**What you should do:** In the data below, which lines hold the word "SUBTRACT"? Copy them.

----- Input material

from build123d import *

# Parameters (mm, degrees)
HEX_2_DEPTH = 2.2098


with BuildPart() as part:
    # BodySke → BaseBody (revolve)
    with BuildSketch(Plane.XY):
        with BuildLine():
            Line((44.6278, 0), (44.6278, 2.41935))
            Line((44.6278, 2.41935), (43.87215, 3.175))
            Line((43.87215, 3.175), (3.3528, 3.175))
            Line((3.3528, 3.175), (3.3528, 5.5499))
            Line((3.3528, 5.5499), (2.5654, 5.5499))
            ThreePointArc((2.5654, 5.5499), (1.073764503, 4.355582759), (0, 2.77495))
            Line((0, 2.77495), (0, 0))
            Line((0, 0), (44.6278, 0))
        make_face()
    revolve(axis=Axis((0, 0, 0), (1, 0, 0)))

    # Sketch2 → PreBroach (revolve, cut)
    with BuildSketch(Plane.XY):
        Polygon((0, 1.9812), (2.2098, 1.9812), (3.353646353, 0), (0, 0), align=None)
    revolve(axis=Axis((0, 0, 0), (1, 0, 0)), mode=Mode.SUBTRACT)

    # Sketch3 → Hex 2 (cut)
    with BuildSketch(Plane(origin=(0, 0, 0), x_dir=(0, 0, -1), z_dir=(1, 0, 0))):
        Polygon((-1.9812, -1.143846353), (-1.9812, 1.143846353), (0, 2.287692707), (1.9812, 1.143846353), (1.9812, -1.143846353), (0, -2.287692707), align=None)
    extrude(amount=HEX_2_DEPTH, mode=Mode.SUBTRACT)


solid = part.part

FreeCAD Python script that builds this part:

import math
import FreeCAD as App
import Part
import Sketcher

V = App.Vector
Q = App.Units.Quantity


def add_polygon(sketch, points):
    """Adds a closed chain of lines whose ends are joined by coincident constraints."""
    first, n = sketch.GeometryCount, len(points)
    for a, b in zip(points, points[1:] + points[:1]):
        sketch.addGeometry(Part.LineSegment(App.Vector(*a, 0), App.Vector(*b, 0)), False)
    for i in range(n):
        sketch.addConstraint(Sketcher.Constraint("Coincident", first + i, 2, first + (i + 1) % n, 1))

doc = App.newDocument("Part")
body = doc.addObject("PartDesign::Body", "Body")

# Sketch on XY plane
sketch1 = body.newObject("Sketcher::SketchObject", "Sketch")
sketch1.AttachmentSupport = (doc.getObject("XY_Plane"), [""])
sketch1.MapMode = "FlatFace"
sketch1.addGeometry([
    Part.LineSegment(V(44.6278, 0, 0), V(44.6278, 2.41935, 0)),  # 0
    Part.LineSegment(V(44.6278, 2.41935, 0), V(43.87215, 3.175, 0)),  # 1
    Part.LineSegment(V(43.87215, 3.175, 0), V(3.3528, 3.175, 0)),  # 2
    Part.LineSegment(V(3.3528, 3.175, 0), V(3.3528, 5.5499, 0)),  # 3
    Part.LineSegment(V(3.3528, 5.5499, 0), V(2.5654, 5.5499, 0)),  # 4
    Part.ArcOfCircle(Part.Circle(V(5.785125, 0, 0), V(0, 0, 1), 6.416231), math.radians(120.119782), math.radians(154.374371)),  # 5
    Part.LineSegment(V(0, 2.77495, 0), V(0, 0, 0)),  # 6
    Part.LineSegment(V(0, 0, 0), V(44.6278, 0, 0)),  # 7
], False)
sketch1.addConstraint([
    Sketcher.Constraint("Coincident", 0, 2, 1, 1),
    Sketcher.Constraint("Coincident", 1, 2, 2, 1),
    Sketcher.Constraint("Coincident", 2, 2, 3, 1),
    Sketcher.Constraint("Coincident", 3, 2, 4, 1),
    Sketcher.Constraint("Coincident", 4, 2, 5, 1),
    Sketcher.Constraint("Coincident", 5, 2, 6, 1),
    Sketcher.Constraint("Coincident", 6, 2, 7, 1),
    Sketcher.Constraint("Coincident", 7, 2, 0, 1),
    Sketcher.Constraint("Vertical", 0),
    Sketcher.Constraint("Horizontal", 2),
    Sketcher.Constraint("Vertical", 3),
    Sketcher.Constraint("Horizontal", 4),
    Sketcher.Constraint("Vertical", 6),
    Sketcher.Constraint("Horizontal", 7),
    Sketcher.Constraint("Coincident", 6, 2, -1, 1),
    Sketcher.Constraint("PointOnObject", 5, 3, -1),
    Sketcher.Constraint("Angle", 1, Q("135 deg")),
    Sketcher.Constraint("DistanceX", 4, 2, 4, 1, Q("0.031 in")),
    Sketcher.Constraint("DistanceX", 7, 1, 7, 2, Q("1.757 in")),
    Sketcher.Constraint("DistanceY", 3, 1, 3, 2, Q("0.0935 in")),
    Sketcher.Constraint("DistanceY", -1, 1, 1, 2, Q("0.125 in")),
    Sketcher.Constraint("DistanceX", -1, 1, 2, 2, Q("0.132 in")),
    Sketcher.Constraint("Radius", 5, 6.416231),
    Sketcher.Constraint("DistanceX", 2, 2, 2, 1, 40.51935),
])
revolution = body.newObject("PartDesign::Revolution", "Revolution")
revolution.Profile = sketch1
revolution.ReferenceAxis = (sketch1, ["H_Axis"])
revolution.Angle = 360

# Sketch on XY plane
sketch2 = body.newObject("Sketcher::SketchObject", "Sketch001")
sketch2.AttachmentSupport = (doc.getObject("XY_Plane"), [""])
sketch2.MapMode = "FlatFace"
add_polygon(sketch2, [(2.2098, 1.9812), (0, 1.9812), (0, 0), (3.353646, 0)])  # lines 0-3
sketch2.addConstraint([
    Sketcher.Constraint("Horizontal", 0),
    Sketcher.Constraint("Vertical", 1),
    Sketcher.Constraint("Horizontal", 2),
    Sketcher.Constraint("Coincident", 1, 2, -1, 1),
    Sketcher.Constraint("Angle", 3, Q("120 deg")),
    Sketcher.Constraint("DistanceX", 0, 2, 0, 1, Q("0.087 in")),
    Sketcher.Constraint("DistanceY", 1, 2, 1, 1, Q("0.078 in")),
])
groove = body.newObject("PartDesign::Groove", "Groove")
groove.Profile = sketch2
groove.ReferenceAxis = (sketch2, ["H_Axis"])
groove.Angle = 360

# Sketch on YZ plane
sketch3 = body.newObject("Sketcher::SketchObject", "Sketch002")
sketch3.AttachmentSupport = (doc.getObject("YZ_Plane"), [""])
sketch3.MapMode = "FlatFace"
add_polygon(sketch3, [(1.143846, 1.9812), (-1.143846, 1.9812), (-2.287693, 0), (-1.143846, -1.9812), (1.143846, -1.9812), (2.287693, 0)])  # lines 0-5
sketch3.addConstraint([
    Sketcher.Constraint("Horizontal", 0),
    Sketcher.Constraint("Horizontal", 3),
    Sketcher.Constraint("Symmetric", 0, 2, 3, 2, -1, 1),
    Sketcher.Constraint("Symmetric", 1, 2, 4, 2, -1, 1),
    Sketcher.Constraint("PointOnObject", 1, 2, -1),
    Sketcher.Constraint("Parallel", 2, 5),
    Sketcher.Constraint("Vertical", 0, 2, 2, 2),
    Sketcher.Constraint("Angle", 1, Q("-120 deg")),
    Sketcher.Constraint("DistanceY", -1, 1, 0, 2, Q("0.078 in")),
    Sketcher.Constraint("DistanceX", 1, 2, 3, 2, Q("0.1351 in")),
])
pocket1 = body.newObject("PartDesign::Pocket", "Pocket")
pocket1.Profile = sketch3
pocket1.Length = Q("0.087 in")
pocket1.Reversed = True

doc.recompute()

----------

**Answer section:**
    revolve(axis=Axis((0, 0, 0), (1, 0, 0)), mode=Mode.SUBTRACT)
    extrude(amount=HEX_2_DEPTH, mode=Mode.SUBTRACT)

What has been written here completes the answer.